In point buy, the racial +2/+1 modifiers become much more pronounced. Without the +1 you can't have a 16 in your main stat and you're always behind races that do. You also have to pay more for the stats without racial bonuses, which translates to having a lower ability score total.
A couple of quick points for clarity:
- The nice thing about the bounded limits of 5e is that you are, quite literally not always behind the character playing a race that is natively well suited to your class; If you both train hard, learn hard, and achieve your optimum, becoming the best individual that you can possibly be, then at the end of the day you will reach the SAME maximum. They have a head start, but the top of the podium is in the same place and you can both reach it. This feeds partially into the other detail;
- You do not pay more for ability scores without racial bonuses and you do not end up with a lower ability score total than a character with different racial modifiers, unless you choose to allocate that way. The costing and point expenditure in point buy happens independently of and prior to the addition of racial ability score bonuses. Remember, with Point buy you can have 15, 15, 15, 8, 8, 8, for a final score total of 72 (after you add your racial 2 and 1), or you can have 12, 12, 12, 13, 13, 13, for a final score total of 78 (after you ass your racial 1 and 2); how you choose to allocate determines your final 'total' numeric score, which I've always felt is a pretty shoddy metric to be using as a comparative Anyway, but it's universal and unaffected by what racial ability bonuses you have or where they go.
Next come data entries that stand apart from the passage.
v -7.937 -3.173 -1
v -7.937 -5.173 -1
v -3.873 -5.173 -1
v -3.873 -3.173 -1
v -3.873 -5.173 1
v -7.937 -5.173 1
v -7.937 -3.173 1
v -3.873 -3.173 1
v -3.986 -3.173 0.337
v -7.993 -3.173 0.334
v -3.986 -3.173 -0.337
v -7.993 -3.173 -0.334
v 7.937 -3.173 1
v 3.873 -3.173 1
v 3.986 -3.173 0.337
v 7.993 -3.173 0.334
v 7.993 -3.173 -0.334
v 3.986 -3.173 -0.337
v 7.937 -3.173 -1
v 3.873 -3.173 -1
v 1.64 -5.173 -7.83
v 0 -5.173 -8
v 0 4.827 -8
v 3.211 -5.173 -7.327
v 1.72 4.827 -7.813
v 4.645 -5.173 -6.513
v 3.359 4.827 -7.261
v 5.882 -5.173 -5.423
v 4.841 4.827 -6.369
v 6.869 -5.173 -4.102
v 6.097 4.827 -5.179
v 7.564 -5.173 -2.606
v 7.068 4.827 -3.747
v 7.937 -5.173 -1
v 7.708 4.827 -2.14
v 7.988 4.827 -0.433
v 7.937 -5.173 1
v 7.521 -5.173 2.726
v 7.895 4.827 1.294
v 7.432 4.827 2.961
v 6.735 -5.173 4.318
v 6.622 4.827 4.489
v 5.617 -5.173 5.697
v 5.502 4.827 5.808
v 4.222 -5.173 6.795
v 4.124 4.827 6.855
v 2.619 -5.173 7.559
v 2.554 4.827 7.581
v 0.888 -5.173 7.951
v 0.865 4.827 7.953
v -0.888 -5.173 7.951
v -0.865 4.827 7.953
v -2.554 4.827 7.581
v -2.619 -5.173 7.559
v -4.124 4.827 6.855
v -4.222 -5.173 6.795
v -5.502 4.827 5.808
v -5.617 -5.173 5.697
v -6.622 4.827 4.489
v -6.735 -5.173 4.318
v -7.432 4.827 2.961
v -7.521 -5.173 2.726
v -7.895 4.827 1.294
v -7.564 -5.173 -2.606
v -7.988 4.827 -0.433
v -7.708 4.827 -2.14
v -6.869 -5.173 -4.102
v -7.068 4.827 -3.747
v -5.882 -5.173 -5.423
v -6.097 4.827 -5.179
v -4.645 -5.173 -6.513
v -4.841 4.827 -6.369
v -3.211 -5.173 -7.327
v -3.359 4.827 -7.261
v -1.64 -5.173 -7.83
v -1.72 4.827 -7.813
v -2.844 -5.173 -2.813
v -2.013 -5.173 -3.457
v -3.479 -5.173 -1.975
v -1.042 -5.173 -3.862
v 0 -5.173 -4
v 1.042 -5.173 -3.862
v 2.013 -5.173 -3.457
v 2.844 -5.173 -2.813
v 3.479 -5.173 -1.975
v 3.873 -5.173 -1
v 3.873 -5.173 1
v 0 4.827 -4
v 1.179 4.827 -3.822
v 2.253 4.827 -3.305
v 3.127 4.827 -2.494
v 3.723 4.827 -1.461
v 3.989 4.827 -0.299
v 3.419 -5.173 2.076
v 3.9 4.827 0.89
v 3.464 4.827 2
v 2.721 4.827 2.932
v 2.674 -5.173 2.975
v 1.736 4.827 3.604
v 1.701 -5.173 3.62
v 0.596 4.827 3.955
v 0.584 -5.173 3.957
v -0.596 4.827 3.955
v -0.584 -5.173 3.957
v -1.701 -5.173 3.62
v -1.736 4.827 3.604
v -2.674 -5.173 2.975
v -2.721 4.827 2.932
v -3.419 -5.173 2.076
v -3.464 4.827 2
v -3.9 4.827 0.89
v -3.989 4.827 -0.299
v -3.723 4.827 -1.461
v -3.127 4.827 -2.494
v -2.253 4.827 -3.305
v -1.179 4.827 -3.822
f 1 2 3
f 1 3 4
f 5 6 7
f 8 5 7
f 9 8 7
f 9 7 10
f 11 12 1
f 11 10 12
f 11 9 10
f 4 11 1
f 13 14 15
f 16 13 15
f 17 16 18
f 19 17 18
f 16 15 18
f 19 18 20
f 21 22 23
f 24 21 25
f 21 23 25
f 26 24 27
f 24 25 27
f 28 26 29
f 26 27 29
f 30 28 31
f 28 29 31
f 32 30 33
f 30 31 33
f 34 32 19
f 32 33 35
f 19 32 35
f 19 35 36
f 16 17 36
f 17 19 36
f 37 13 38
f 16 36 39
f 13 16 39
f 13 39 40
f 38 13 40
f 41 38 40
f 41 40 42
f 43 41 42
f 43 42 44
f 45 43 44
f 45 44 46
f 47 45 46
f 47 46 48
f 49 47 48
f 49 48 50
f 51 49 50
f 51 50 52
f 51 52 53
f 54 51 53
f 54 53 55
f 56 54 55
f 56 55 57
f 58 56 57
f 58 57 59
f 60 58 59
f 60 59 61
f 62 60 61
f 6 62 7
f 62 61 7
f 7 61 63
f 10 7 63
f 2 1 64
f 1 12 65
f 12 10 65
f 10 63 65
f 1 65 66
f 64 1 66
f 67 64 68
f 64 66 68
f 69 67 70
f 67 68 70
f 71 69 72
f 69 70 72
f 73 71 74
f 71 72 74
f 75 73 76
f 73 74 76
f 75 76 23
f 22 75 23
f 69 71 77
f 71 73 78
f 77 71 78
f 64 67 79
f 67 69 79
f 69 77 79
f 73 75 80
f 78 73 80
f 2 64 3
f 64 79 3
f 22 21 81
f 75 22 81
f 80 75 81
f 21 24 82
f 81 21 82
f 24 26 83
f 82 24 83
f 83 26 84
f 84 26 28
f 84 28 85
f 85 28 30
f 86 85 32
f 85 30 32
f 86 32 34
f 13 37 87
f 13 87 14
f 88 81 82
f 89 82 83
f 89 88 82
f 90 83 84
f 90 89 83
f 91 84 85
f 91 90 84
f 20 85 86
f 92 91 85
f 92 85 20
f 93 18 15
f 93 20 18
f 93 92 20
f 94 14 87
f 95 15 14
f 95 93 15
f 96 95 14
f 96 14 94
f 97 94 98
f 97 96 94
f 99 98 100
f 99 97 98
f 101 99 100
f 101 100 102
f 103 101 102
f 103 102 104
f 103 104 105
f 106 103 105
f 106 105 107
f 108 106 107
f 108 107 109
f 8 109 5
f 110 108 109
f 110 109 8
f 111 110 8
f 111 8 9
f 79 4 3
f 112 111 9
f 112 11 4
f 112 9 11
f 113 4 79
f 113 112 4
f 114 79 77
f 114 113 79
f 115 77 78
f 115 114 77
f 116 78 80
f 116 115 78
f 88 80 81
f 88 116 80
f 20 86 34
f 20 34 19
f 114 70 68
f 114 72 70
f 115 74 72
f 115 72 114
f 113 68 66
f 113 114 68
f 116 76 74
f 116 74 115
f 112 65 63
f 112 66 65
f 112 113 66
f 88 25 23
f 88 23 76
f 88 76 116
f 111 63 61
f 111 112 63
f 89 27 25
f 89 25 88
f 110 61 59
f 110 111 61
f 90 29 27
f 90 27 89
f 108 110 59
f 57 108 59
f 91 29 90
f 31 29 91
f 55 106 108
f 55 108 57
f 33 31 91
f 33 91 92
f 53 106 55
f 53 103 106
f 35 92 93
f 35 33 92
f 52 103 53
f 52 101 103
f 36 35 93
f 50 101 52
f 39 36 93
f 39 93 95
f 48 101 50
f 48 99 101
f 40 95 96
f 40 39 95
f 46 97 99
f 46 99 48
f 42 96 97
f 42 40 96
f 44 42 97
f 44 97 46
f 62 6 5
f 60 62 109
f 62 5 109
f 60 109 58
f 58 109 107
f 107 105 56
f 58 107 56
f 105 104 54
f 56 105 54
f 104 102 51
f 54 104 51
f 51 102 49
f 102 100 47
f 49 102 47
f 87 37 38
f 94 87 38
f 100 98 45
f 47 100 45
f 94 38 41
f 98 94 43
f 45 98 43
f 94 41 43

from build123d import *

# Parameters (mm, degrees)
SKETCH2_W               = 4
SKETCH2_H               = 10
SKETCH3_W               = 2
SKETCH3_H               = 2
CUT_EXTRUDE1_DEPTH      = 9
CUT_EXTRUDE1_DEPTH_BACK = 9


with BuildPart() as part:
    # Sketch2 → Revolve1 (revolve)
    with BuildSketch(Plane(origin=(0, 0, 0), x_dir=(0, 0, -1), z_dir=(1, 0, 0))):
        with Locations((6, -0.173076923)):
            Rectangle(SKETCH2_W, SKETCH2_H)
    revolve(axis=Axis((0, 8.057692308, 0), (0, -1, 0)))

    # Sketch3 → Cut-Extrude1 (cut, two sides)
    with BuildSketch(Plane(origin=(0, 0, 0), x_dir=(0, 0, -1), z_dir=(1, 0, 0))) as cut_extrude1_sk:
        with Locations((0, -4.173076923)):
            Rectangle(SKETCH3_W, SKETCH3_H)
    extrude(amount=CUT_EXTRUDE1_DEPTH, mode=Mode.SUBTRACT)
    extrude(cut_extrude1_sk.sketch, amount=-CUT_EXTRUDE1_DEPTH_BACK, mode=Mode.SUBTRACT)


solid = part.part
- The game is forcefully telling you to do nothing. You can build your character however you please, and know that you will be able to attain the optimums for what you want eventually. If you refuse to build the way you want to because you've decided that it's 'sub-optimal', whatever that means in a roleplaying game, that's entirely a player decision, and one would hope that they only make that decision because doing so makes them happier than building the way they originally wanted to.
Let's take that Eldritch Knight for example - you want strength base as your weapon of choice, and you want to be wise, so as to have good perception. Easy enough, sure:
High Elf adds: Dex +2, Int +1, for a final total score of 74 - in the middle of the range.
You're a fighter, so at level 4 you add 1 to Wisdom and one to Int At 6, you boost wisdom again, and at 8 you do it again. At 12 you start on Strength, and at 14 and 16 you can do the same At 19, you've got your Strength and Wisdom capped out at 20, so you can raise your Con further, maybe boost your spell DC with Int, or perhaps take a feat. You could do this earlier - boosting whichever score you felt needed it the most at the time, of course.
Point is - if you WANT to make an EK with super high wisdom, you certainly can. EK uses at least one martial ability score for their weapon use, is a fighter and so is likely considered a front liner, and uses Int as their casting ability, so if you WANT to spread yourself over Wisdom as well as the abilities core to the class, you certainly can - that's your choice. You'll end up lacking in some area, most likely, because you can't be excellent at every ability score, and making 4 scores competitively high is a big ask for anyone. Maybe you don't necessarily intend to have the wisdom of literal demigods, and just want to be pretty perceptive - you can allocate those points elsewhere or substitute on of them for a perception-based feat. all perfectly valid choices.
Will you have an easier time of it if you play into the natural-born propensities of your birth race? Probably. Is it necessary? No. Is the game 'forcefully compelling' you do do so? Not in a month of Sundays - that's all player-imposed.
If a player literally cannot have fun playing their character unless they are optimally streamlined, that's the player's own problem - that's not the game, and it's not the game's fault or duty to accommodate their narrow purview of fun either; that player is perfectly capable of using the system TO create an optimally streamlined character if that's what they want and enjoy. If they'd rather build a character to suit the roleplay concept they think they'll enjoy instead they can do that too. It's a roleplaying game - play the character you want to play and have fun with it.